Within these varied frameworks, psychologists may perform one or more of several key functions. Most commonly, judges may permit those qualified as experts to offer testimony concerning factual matters that relate directly to the outcome of a trial or hearing. Drawing on knowledge garnered from clinical observations, tests and measurements, past research and experience, psychologists provide fact finders with professional judgments concerning matters in contention that are psychological in nature. For instance, in cases involving a Not Guilty by Reason of Insanity (NGRI) defense, psychologists offer evaluative opinions as to whether the defendant was suffering from a mental disorder that would indicate the absence of mens rea (that is, guilty mind) and, consequently, relieve the accused of criminal responsibility. In civil commitment hearings, courts appeal to clinicians' expert judgments concerning the presence of mental disorder and their professional opinion as to the existence of grave disability or the likelihood of harm to self or others in the (near) future. This form of participation requires that psychologists make an informed prediction about human behavior—predictions that, overall, have been demonstrably inaccurate and risk unnecessarily depriving citizens of liberty interests.

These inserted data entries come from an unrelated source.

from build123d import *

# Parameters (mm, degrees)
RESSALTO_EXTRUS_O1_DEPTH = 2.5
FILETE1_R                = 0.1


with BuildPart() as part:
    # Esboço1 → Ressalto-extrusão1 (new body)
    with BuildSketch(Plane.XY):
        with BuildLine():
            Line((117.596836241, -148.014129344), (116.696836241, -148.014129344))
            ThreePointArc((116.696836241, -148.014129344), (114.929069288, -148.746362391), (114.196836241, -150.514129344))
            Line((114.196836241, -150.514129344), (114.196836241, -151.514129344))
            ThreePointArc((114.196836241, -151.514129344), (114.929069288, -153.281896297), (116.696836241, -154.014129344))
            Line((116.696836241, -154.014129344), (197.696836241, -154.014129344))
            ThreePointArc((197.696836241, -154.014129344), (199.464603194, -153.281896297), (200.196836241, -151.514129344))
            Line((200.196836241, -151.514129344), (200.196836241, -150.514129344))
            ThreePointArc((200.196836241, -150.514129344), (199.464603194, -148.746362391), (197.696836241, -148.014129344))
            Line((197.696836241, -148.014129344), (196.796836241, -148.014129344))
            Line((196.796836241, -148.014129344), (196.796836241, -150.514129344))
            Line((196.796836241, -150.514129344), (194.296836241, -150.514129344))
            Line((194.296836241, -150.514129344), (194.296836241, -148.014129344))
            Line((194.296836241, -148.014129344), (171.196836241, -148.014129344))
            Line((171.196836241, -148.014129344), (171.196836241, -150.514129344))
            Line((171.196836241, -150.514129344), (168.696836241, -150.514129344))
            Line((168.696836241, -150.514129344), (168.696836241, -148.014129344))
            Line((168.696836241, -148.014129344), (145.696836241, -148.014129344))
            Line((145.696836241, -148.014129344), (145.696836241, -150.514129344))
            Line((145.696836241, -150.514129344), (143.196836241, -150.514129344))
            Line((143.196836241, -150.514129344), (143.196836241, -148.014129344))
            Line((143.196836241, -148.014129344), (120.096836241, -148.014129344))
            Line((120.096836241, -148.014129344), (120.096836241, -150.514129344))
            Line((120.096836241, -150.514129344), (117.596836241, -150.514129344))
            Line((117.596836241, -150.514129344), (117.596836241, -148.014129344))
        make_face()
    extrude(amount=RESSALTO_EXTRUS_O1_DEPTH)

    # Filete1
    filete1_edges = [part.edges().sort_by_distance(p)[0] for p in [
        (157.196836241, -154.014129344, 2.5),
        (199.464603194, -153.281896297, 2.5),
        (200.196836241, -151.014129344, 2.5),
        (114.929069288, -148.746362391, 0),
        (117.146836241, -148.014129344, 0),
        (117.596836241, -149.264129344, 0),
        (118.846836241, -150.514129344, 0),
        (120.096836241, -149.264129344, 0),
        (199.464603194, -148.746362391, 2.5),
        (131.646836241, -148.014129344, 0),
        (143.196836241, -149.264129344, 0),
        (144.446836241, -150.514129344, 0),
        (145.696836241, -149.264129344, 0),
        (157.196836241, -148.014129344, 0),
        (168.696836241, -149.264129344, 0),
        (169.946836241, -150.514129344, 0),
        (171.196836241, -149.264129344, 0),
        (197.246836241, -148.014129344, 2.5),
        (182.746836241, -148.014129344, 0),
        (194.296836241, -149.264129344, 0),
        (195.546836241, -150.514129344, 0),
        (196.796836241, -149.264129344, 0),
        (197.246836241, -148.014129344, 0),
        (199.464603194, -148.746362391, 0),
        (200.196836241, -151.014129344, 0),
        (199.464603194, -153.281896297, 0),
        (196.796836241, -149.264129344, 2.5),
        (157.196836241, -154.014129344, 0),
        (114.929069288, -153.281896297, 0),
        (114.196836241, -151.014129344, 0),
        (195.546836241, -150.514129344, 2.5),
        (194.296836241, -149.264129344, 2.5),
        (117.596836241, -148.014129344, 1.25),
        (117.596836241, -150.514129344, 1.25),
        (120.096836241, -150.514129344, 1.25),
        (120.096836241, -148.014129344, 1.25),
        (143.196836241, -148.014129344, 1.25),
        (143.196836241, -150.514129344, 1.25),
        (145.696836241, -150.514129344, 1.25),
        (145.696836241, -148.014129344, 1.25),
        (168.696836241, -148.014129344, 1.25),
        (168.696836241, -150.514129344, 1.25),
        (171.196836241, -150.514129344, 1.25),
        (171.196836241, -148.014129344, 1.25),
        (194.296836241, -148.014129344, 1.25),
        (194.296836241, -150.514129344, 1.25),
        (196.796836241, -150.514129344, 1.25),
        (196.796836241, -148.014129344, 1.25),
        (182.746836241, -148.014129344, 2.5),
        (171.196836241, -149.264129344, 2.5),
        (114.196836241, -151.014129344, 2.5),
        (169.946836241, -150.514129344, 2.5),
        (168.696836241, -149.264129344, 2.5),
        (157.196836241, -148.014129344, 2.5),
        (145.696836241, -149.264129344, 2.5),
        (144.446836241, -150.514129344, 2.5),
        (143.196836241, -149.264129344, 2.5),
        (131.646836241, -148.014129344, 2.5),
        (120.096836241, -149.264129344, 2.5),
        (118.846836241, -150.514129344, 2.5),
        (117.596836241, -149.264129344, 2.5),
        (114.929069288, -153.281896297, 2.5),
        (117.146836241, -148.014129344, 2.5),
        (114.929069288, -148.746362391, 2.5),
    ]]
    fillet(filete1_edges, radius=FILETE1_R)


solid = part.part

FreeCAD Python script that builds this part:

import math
import FreeCAD as App
import Part
import Sketcher
Q = App.Units.Quantity

doc = App.newDocument("Part")
body = doc.addObject("PartDesign::Body", "Body")

# Sketch on XY plane
sketch1 = doc.addObject("Sketcher::SketchObject", "Sketch")
body.addObject(sketch1)
sketch1.AttachmentSupport = (doc.XY_Plane, [""])
sketch1.MapMode = "FlatFace"
sketch1.addGeometry(Part.LineSegment(App.Vector(117.6, -148, 0), App.Vector(116.7, -148, 0)), False)
sketch1.addGeometry(Part.ArcOfCircle(Part.Circle(App.Vector(116.7, -150.5, 0), App.Vector(0, 0, 1), 2.5), math.radians(90), math.radians(180)), False)
sketch1.addGeometry(Part.LineSegment(App.Vector(114.2, -150.5, 0), App.Vector(114.2, -151.5, 0)), False)
sketch1.addGeometry(Part.ArcOfCircle(Part.Circle(App.Vector(116.7, -151.5, 0), App.Vector(0, 0, 1), 2.5), math.radians(180), math.radians(270)), False)
sketch1.addGeometry(Part.LineSegment(App.Vector(116.7, -154, 0), App.Vector(197.7, -154, 0)), False)
sketch1.addGeometry(Part.ArcOfCircle(Part.Circle(App.Vector(197.7, -151.5, 0), App.Vector(0, 0, 1), 2.5), math.radians(-90), math.radians(0)), False)
sketch1.addGeometry(Part.LineSegment(App.Vector(200.2, -151.5, 0), App.Vector(200.2, -150.5, 0)), False)
sketch1.addGeometry(Part.ArcOfCircle(Part.Circle(App.Vector(197.7, -150.5, 0), App.Vector(0, 0, 1), 2.5), math.radians(0), math.radians(90)), False)
sketch1.addGeometry(Part.LineSegment(App.Vector(197.7, -148, 0), App.Vector(196.8, -148, 0)), False)
sketch1.addGeometry(Part.LineSegment(App.Vector(196.8, -148, 0), App.Vector(196.8, -150.5, 0)), False)
sketch1.addGeometry(Part.LineSegment(App.Vector(196.8, -150.5, 0), App.Vector(194.3, -150.5, 0)), False)
sketch1.addGeometry(Part.LineSegment(App.Vector(194.3, -150.5, 0), App.Vector(194.3, -148, 0)), False)
sketch1.addGeometry(Part.LineSegment(App.Vector(194.3, -148, 0), App.Vector(171.2, -148, 0)), False)
sketch1.addGeometry(Part.LineSegment(App.Vector(171.2, -148, 0), App.Vector(171.2, -150.5, 0)), False)
sketch1.addGeometry(Part.LineSegment(App.Vector(171.2, -150.5, 0), App.Vector(168.7, -150.5, 0)), False)
sketch1.addGeometry(Part.LineSegment(App.Vector(168.7, -150.5, 0), App.Vector(168.7, -148, 0)), False)
sketch1.addGeometry(Part.LineSegment(App.Vector(168.7, -148, 0), App.Vector(145.7, -148, 0)), False)
sketch1.addGeometry(Part.LineSegment(App.Vector(145.7, -148, 0), App.Vector(145.7, -150.5, 0)), False)
sketch1.addGeometry(Part.LineSegment(App.Vector(145.7, -150.5, 0), App.Vector(143.2, -150.5, 0)), False)
sketch1.addGeometry(Part.LineSegment(App.Vector(143.2, -150.5, 0), App.Vector(143.2, -148, 0)), False)
sketch1.addGeometry(Part.LineSegment(App.Vector(143.2, -148, 0), App.Vector(120.1, -148, 0)), False)
sketch1.addGeometry(Part.LineSegment(App.Vector(120.1, -148, 0), App.Vector(120.1, -150.5, 0)), False)
sketch1.addGeometry(Part.LineSegment(App.Vector(120.1, -150.5, 0), App.Vector(117.6, -150.5, 0)), False)
sketch1.addGeometry(Part.LineSegment(App.Vector(117.6, -150.5, 0), App.Vector(117.6, -148, 0)), False)
sketch1.addConstraint(Sketcher.Constraint("Tangent", 0, 2, 1, 1))
sketch1.addConstraint(Sketcher.Constraint("Tangent", 1, 2, 2, 1))
sketch1.addConstraint(Sketcher.Constraint("Tangent", 2, 2, 3, 1))
sketch1.addConstraint(Sketcher.Constraint("Tangent", 3, 2, 4, 1))
sketch1.addConstraint(Sketcher.Constraint("Tangent", 4, 2, 5, 1))
sketch1.addConstraint(Sketcher.Constraint("Tangent", 5, 2, 6, 1))
sketch1.addConstraint(Sketcher.Constraint("Tangent", 6, 2, 7, 1))
sketch1.addConstraint(Sketcher.Constraint("Tangent", 7, 2, 8, 1))
sketch1.addConstraint(Sketcher.Constraint("Coincident", 8, 2, 9, 1))
sketch1.addConstraint(Sketcher.Constraint("Coincident", 9, 2, 10, 1))
sketch1.addConstraint(Sketcher.Constraint("Coincident", 10, 2, 11, 1))
sketch1.addConstraint(Sketcher.Constraint("Coincident", 11, 2, 12, 1))
sketch1.addConstraint(Sketcher.Constraint("Coincident", 12, 2, 13, 1))
sketch1.addConstraint(Sketcher.Constraint("Coincident", 13, 2, 14, 1))
sketch1.addConstraint(Sketcher.Constraint("Coincident", 14, 2, 15, 1))
sketch1.addConstraint(Sketcher.Constraint("Coincident", 15, 2, 16, 1))
sketch1.addConstraint(Sketcher.Constraint("Coincident", 16, 2, 17, 1))
sketch1.addConstraint(Sketcher.Constraint("Coincident", 17, 2, 18, 1))
sketch1.addConstraint(Sketcher.Constraint("Coincident", 18, 2, 19, 1))
sketch1.addConstraint(Sketcher.Constraint("Coincident", 19, 2, 20, 1))
sketch1.addConstraint(Sketcher.Constraint("Coincident", 20, 2, 21, 1))
sketch1.addConstraint(Sketcher.Constraint("Coincident", 21, 2, 22, 1))
sketch1.addConstraint(Sketcher.Constraint("Coincident", 22, 2, 23, 1))
sketch1.addConstraint(Sketcher.Constraint("Coincident", 23, 2, 0, 1))
sketch1.addConstraint(Sketcher.Constraint("Horizontal", 0))
sketch1.addConstraint(Sketcher.Constraint("Vertical", 2))
sketch1.addConstraint(Sketcher.Constraint("Horizontal", 4))
sketch1.addConstraint(Sketcher.Constraint("Vertical", 6))
sketch1.addConstraint(Sketcher.Constraint("Horizontal", 8))
sketch1.addConstraint(Sketcher.Constraint("Vertical", 9))
sketch1.addConstraint(Sketcher.Constraint("Horizontal", 10))
sketch1.addConstraint(Sketcher.Constraint("Vertical", 11))
sketch1.addConstraint(Sketcher.Constraint("Horizontal", 12))
sketch1.addConstraint(Sketcher.Constraint("Vertical", 13))
sketch1.addConstraint(Sketcher.Constraint("Horizontal", 14))
sketch1.addConstraint(Sketcher.Constraint("Vertical", 15))
sketch1.addConstraint(Sketcher.Constraint("Horizontal", 16))
sketch1.addConstraint(Sketcher.Constraint("Vertical", 17))
sketch1.addConstraint(Sketcher.Constraint("Horizontal", 18))
sketch1.addConstraint(Sketcher.Constraint("Vertical", 19))
sketch1.addConstraint(Sketcher.Constraint("Horizontal", 20))
sketch1.addConstraint(Sketcher.Constraint("Vertical", 21))
sketch1.addConstraint(Sketcher.Constraint("Horizontal", 22))
sketch1.addConstraint(Sketcher.Constraint("Vertical", 23))
sketch1.addConstraint(Sketcher.Constraint("Equal", 1, 3))
sketch1.addConstraint(Sketcher.Constraint("Equal", 3, 5))
sketch1.addConstraint(Sketcher.Constraint("Equal", 5, 7))
sketch1.addConstraint(Sketcher.Constraint("Horizontal", 1, 3, 7, 3))
sketch1.addConstraint(Sketcher.Constraint("Horizontal", 6, 2, 9, 2))
sketch1.addConstraint(Sketcher.Constraint("Horizontal", 8, 2, 11, 2))
sketch1.addConstraint(Sketcher.Constraint("Horizontal", 10, 2, 13, 2))
sketch1.addConstraint(Sketcher.Constraint("Horizontal", 12, 2, 15, 2))
sketch1.addConstraint(Sketcher.Constraint("Horizontal", 14, 2, 17, 2))
sketch1.addConstraint(Sketcher.Constraint("Horizontal", 16, 2, 19, 2))
sketch1.addConstraint(Sketcher.Constraint("Horizontal", 18, 2, 21, 2))
sketch1.addConstraint(Sketcher.Constraint("Equal", 0, 8))
sketch1.addConstraint(Sketcher.Constraint("Equal", 10, 14))
sketch1.addConstraint(Sketcher.Constraint("Equal", 14, 18))
sketch1.addConstraint(Sketcher.Constraint("Equal", 12, 20))
sketch1.addConstraint(Sketcher.Constraint("Equal", 18, 22))
sketch1.addConstraint(Sketcher.Constraint("Equal", 22, 9))
sketch1.addConstraint(Sketcher.Constraint("Radius", 1, Q("2.5 mm")))
sketch1.addConstraint(Sketcher.Constraint("DistanceX", 4, 1, 4, 2, Q("81 mm")))
sketch1.addConstraint(Sketcher.Constraint("DistanceX", 16, 2, 16, 1, Q("23 mm")))
sketch1.addConstraint(Sketcher.Constraint("DistanceY", 2, 2, 2, 1, Q("1 mm")))
sketch1.addConstraint(Sketcher.Constraint("DistanceX", 0, 2, 0, 1, Q("0.9 mm")))
sketch1.addConstraint(Sketcher.Constraint("DistanceY", 1, 3, -1, 1, Q("150.514129 mm")))
sketch1.addConstraint(Sketcher.Constraint("DistanceX", -1, 1, 1, 3, Q("116.696836 mm")))
pad1 = doc.addObject("PartDesign::Pad", "Pad")
body.addObject(pad1)
pad1.Profile = sketch1
pad1.Length = 2.5
doc.recompute()

fillet = doc.addObject("PartDesign::Fillet", "Fillet")
body.addObject(fillet)
fillet.Base = (pad1, ["Edge1"])
fillet.UseAllEdges = True
fillet.Radius = 0.1

doc.recompute()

There are two additional functions entertained by psychologists in the courtroom. These include, first, educating fact finders through testimony about behavioral science research on matters of relevance to the trial or hearing, and second, assisting attorneys through consultation at the pretrial or trial stage of a criminal or civil process. In the first instance, the role of the psychologist is limited to offering summary observations or global statements about scientific knowledge. They do not design this testimony directly to resolve matters in contention; rather, they proffer it to assist fact finders in understanding issues or phenomena that may bear on the final verdict or decision. Examples include educating the judge or jury about the accuracy of eyewitness testimony or the psychological impact of familial arrangements on children.